The network programming draft in the IETF is currently the subject of an appeal the outcome of which we are awaiting.
There are many aspects to that appeal, from process violations to the fact that in the opinion of the appellants (and many others), the draft currently violates the base IPv6 specification which could have significant consequences. In fact, by violating the current specification, I would argue that the Network programming draft is in fact in violation of the working group charter through which it is being railroaded.
But – probably the most important point to make on this – is that there is a *huge* amount of concern about burning of the v6 address space when using this technology.

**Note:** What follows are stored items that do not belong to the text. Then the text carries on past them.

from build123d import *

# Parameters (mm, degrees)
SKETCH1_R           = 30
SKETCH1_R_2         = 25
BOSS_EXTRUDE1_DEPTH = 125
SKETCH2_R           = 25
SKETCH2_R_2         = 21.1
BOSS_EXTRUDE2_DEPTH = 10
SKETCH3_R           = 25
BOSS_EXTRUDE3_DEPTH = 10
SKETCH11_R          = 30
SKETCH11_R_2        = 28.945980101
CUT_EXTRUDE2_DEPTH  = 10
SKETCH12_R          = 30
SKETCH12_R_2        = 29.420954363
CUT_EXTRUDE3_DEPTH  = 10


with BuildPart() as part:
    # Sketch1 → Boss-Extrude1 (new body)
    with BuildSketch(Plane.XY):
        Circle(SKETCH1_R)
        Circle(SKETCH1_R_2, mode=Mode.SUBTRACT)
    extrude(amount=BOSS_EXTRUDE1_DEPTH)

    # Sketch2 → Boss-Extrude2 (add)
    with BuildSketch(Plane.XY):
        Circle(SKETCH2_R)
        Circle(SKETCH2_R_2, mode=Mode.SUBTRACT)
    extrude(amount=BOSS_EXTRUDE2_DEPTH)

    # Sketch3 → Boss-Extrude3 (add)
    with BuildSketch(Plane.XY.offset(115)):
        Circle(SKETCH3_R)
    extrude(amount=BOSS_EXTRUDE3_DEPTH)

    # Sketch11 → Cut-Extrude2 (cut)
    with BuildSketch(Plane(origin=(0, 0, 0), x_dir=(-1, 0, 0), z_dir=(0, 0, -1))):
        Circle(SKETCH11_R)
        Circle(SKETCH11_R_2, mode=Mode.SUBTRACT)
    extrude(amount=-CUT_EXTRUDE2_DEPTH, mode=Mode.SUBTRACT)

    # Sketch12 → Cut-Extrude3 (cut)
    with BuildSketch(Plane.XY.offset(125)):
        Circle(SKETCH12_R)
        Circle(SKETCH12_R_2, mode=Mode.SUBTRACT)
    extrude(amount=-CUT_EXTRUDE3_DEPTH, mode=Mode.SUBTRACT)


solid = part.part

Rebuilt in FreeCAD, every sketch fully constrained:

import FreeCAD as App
import Part
import Sketcher

doc = App.newDocument("Part")
body = doc.addObject("PartDesign::Body", "Body")

sketch1 = body.newObject("Sketcher::SketchObject", "Sketch")
sketch1.AttachmentSupport = (doc.getObject("XY_Plane"), [""])
sketch1.MapMode = "FlatFace"
sketch1.addGeometry([
    Part.Circle(App.Vector(0, 0, 0), App.Vector(0, 0, 1), 30),
    Part.Circle(App.Vector(0, 0, 0), App.Vector(0, 0, 1), 25),
], False)
sketch1.addConstraint([
    Sketcher.Constraint("Coincident", 0, 3, -1, 1),
    Sketcher.Constraint("Coincident", 1, 3, -1, 1),
    Sketcher.Constraint("Diameter", 0, 60.0),
    Sketcher.Constraint("Diameter", 1, 50.0),
])
pad1 = body.newObject("PartDesign::Pad", "Pad")
pad1.Profile = sketch1
pad1.Length = 125

sketch2 = body.newObject("Sketcher::SketchObject", "Sketch001")
sketch2.AttachmentSupport = (doc.getObject("XY_Plane"), [""])
sketch2.MapMode = "FlatFace"
sketch2.addGeometry([
    Part.Circle(App.Vector(0, 0, 0), App.Vector(0, 0, 1), 25),
    Part.Circle(App.Vector(0, 0, 0), App.Vector(0, 0, 1), 21),
], False)
sketch2.addConstraint([
    Sketcher.Constraint("Coincident", 0, 3, -1, 1),
    Sketcher.Constraint("Coincident", 1, 3, -1, 1),
    Sketcher.Constraint("Diameter", 0, 50.0),
    Sketcher.Constraint("Diameter", 1, 42.2),
])
pad2 = body.newObject("PartDesign::Pad", "Pad001")
pad2.Profile = sketch2
pad2.Length = 10

sketch3 = body.newObject("Sketcher::SketchObject", "Sketch002")
sketch3.AttachmentSupport = (doc.getObject("XY_Plane"), [""])
sketch3.MapMode = "FlatFace"
sketch3.AttachmentOffset = App.Placement(App.Vector(0, 0, 115), App.Rotation())
sketch3.addGeometry(Part.Circle(App.Vector(0, 0, 0), App.Vector(0, 0, 1), 25), False)
sketch3.addConstraint([
    Sketcher.Constraint("Coincident", 0, 3, -1, 1),
    Sketcher.Constraint("Diameter", 0, 50.0),
])
pad3 = body.newObject("PartDesign::Pad", "Pad002")
pad3.Profile = sketch3
pad3.Length = 10

sketch4 = body.newObject("Sketcher::SketchObject", "Sketch003")
sketch4.AttachmentSupport = (doc.getObject("XY_Plane"), [""])
sketch4.MapMode = "FlatFace"
sketch4.addGeometry([
    Part.Circle(App.Vector(0, 0, 0), App.Vector(0, 0, 1), 30),
    Part.Circle(App.Vector(0, 0, 0), App.Vector(0, 0, 1), 29),
], False)
sketch4.addConstraint([
    Sketcher.Constraint("Coincident", 0, 3, -1, 1),
    Sketcher.Constraint("Coincident", 1, 3, -1, 1),
    Sketcher.Constraint("Diameter", 0, 60.0),
    Sketcher.Constraint("Diameter", 1, 57.89196),
])
pocket1 = body.newObject("PartDesign::Pocket", "Pocket")
pocket1.Profile = sketch4
pocket1.Length = 10
pocket1.Reversed = True

sketch5 = body.newObject("Sketcher::SketchObject", "Sketch004")
sketch5.AttachmentSupport = (doc.getObject("XY_Plane"), [""])
sketch5.MapMode = "FlatFace"
sketch5.AttachmentOffset = App.Placement(App.Vector(0, 0, 125), App.Rotation())
sketch5.addGeometry([
    Part.Circle(App.Vector(0, 0, 0), App.Vector(0, 0, 1), 30),
    Part.Circle(App.Vector(0, 0, 0), App.Vector(0, 0, 1), 29),
], False)
sketch5.addConstraint([
    Sketcher.Constraint("Coincident", 0, 3, -1, 1),
    Sketcher.Constraint("Coincident", 1, 3, -1, 1),
    Sketcher.Constraint("Diameter", 0, 60.0),
    Sketcher.Constraint("Diameter", 1, 58.841909),
])
pocket2 = body.newObject("PartDesign::Pocket", "Pocket001")
pocket2.Profile = sketch5
pocket2.Length = 10

doc.recompute()
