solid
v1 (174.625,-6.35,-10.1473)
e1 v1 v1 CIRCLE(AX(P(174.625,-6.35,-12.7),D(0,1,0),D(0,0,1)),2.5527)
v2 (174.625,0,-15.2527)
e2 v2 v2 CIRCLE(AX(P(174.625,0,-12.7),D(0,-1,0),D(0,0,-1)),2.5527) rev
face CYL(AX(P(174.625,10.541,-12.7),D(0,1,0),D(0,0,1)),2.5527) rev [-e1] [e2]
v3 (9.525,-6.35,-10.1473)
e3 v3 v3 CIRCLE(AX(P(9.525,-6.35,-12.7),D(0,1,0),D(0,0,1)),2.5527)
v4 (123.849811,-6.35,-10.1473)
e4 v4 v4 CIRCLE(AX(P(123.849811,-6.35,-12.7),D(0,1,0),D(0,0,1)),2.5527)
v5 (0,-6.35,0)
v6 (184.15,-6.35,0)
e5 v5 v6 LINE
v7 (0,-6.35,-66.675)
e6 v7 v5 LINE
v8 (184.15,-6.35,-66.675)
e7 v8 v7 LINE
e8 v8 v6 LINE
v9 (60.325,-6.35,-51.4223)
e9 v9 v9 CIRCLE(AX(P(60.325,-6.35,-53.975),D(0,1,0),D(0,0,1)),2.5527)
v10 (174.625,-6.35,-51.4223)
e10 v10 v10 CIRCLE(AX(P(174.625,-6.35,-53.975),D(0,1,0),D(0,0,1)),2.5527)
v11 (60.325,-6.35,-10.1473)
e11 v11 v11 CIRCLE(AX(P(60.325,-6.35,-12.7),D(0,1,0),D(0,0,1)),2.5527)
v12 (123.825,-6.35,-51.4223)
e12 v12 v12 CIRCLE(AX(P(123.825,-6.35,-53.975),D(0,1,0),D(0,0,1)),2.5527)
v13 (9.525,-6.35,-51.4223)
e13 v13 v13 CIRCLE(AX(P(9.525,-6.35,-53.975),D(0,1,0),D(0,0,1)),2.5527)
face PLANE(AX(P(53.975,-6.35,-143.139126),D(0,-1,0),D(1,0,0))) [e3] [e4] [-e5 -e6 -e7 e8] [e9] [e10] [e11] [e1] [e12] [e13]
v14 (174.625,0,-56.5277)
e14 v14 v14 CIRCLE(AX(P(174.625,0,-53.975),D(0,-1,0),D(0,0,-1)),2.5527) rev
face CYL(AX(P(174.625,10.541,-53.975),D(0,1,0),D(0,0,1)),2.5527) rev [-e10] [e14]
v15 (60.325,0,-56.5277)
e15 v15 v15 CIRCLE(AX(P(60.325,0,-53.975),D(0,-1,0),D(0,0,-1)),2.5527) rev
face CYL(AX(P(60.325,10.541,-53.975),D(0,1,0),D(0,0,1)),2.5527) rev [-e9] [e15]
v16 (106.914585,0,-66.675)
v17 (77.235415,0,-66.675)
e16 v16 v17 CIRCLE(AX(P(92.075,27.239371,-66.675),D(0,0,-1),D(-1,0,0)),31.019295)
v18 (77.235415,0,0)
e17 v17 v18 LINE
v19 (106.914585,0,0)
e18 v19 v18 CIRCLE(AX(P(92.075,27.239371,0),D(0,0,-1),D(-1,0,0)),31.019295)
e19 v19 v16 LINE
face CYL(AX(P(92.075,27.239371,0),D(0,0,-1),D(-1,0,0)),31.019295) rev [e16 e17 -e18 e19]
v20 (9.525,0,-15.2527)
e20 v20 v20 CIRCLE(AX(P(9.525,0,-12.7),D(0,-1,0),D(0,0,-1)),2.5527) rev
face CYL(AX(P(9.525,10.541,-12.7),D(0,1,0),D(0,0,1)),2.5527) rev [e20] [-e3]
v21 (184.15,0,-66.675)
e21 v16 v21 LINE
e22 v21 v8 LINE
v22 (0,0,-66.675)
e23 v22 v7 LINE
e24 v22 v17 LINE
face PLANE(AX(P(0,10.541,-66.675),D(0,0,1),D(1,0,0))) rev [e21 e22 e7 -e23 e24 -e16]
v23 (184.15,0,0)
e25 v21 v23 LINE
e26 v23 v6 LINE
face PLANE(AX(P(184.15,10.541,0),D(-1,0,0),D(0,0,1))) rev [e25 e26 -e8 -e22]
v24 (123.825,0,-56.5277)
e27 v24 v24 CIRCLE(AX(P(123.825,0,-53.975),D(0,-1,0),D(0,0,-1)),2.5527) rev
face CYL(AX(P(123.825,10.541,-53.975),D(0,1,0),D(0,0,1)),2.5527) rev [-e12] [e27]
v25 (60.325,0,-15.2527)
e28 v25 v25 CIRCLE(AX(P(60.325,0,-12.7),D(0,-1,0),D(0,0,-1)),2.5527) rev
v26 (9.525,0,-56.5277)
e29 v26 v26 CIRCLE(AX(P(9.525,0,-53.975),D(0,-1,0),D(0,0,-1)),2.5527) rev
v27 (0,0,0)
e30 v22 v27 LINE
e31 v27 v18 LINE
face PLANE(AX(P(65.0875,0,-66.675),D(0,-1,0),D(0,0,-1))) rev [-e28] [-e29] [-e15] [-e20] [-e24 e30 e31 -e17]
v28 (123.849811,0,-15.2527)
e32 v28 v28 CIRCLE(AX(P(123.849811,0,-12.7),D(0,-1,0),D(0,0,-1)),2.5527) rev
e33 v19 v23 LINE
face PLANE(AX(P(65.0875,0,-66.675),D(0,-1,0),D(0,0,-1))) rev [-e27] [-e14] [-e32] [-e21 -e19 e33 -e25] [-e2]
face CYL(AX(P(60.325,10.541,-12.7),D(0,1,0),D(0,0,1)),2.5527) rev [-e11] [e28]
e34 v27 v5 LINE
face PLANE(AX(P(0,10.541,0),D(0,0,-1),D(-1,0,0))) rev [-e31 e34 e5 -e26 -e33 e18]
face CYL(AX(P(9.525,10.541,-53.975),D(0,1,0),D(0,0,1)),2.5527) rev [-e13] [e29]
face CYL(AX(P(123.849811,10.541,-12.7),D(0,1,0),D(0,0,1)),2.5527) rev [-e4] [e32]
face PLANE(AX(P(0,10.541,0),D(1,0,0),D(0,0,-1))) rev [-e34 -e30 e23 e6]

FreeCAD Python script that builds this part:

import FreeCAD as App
import Part
import Sketcher
Q = App.Units.Quantity


def add_polygon(sketch, points):
    """Adds a closed chain of lines whose ends are joined by coincident constraints."""
    first, n = sketch.GeometryCount, len(points)
    for a, b in zip(points, points[1:] + points[:1]):
        sketch.addGeometry(Part.LineSegment(App.Vector(*a, 0), App.Vector(*b, 0)), False)
    for i in range(n):
        sketch.addConstraint(Sketcher.Constraint("Coincident", first + i, 2, first + (i + 1) % n, 1))

doc = App.newDocument("Part")
body = doc.addObject("PartDesign::Body", "Body")

sketch1 = body.newObject("Sketcher::SketchObject", "Sketch")
sketch1.AttachmentSupport = (doc.getObject("XZ_Plane"), [""])
sketch1.MapMode = "FlatFace"
add_polygon(sketch1, [(0, -67), (0, 0), (184, 0), (184, -67)])
sketch1.addConstraint([
    Sketcher.Constraint("Vertical", 0),
    Sketcher.Constraint("Horizontal", 1),
    Sketcher.Constraint("Vertical", 2),
    Sketcher.Constraint("Horizontal", 3),
    Sketcher.Constraint("Coincident", 0, 2, -1, 1),
    Sketcher.Constraint("DistanceX", 1, 1, 1, 2, Q("7.25 in")),
    Sketcher.Constraint("DistanceY", 0, 1, 0, 2, Q("2.625 in")),
])
pad1 = body.newObject("PartDesign::Pad", "Pad")
pad1.Profile = sketch1
pad1.Length = Q("0.415 in")
pad1.Reversed = True

sketch2 = body.newObject("Sketcher::SketchObject", "Sketch001")
sketch2.AttachmentSupport = (doc.getObject("XY_Plane"), [""])
sketch2.MapMode = "FlatFace"
add_polygon(sketch2, [(54, 0), (54, -6), (130, -6), (130, 0)])
sketch2.addConstraint([
    Sketcher.Constraint("Vertical", 0),
    Sketcher.Constraint("Horizontal", 1),
    Sketcher.Constraint("Vertical", 2),
    Sketcher.Constraint("Horizontal", 3),
    Sketcher.Constraint("PointOnObject", 2, 2, -1),
    Sketcher.Constraint("DistanceX", 1, 1, 1, 2, Q("3 in")),
    Sketcher.Constraint("DistanceY", 0, 2, 0, 1, Q("0.25 in")),
    Sketcher.Constraint("DistanceX", -1, 1, 0, 2, Q("2.125 in")),
])
pad2 = body.newObject("PartDesign::Pad", "Pad001")
pad2.Profile = sketch2
pad2.Length = Q("2.625 in")
pad2.Reversed = True

sketch3 = body.newObject("Sketcher::SketchObject", "Sketch002")
sketch3.AttachmentSupport = (doc.getObject("XZ_Plane"), [""])
sketch3.MapMode = "FlatFace"
sketch3.AttachmentOffset = App.Placement(App.Vector(0, 0, -0.415 * 25.4), App.Rotation())
add_polygon(sketch3, [(65, -67), (65, 0), (119, 0), (119, -67)])
sketch3.addConstraint([
    Sketcher.Constraint("Vertical", 0),
    Sketcher.Constraint("Horizontal", 1),
    Sketcher.Constraint("Vertical", 2),
    Sketcher.Constraint("Horizontal", 3),
    Sketcher.Constraint("PointOnObject", 0, 2, -1),
    Sketcher.Constraint("DistanceX", 1, 1, 1, 2, Q("2.125 in")),
    Sketcher.Constraint("DistanceY", 0, 1, 0, 2, Q("2.625 in")),
    Sketcher.Constraint("DistanceX", -1, 1, 0, 2, Q("2.5625 in")),
])
pocket1 = body.newObject("PartDesign::Pocket", "Pocket")
pocket1.Profile = sketch3
pocket1.Length = Q("0.375 in")
pocket1.Reversed = True

sketch4 = body.newObject("Sketcher::SketchObject", "Sketch003")
sketch4.AttachmentSupport = (doc.getObject("XY_Plane"), [""])
sketch4.MapMode = "FlatFace"
add_polygon(sketch4, [(130, 0), (130, -6), (184, -6), (184, 0)])
sketch4.addConstraint([
    Sketcher.Constraint("Vertical", 0),
    Sketcher.Constraint("Horizontal", 1),
    Sketcher.Constraint("Vertical", 2),
    Sketcher.Constraint("Horizontal", 3),
    Sketcher.Constraint("PointOnObject", 2, 2, -1),
    Sketcher.Constraint("DistanceY", 0, 2, 0, 1, Q("0.25 in")),
    Sketcher.Constraint("DistanceX", 1, 1, 1, 2, Q("2.125 in")),
    Sketcher.Constraint("DistanceX", -1, 1, 1, 2, Q("7.25 in")),
])
pad3 = body.newObject("PartDesign::Pad", "Pad002")
pad3.Profile = sketch4
pad3.Length = Q("2.625 in")
pad3.Reversed = True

Concerns that the authors of this draft have point blank refused to clarify or discuss either within the IETF or with the RIR’s.
SRv6 network programming is not the utopia it is being spelt out to be – and I would advice anyone looking at this technology – to stop and really understand the potential breakage and consequences of utilizing this in its current form.
Also – please – take note of the comment left by Sander as well – despite all the deployment claims – package capture after packet capture do now show true SRv6 network programming implementation – instead of they show tunneling (which technically is allowed by the draft) – but full implementations? Many requests have been made for packet captures or hardware lists that can actually do this – and so far all we have is deafening silence.
As a follow up to the last comment – more details about the appeal, and the link to the appeal itself, can be found here:
Support on IOS-XR starts with version 6.6 for NCS and ASR9000 (3rd and 4th gen LC).
Despite publicly available announcements from operators who have deployed, I am amused to read someone quoting “the deployment “claims””. Please note that IOS-XR supports SRv6 since 6.6.1 on Cisco custom silicon (ASR9000 series) as well as on merchant silicon (Broadcom’s Jericho/Jericho+) NCS55xx series. Since then, more and more features have been added. The deployments are using 6.6.1 and later images. Furthermore, there is public documentation and config guides present on Cisco product pages.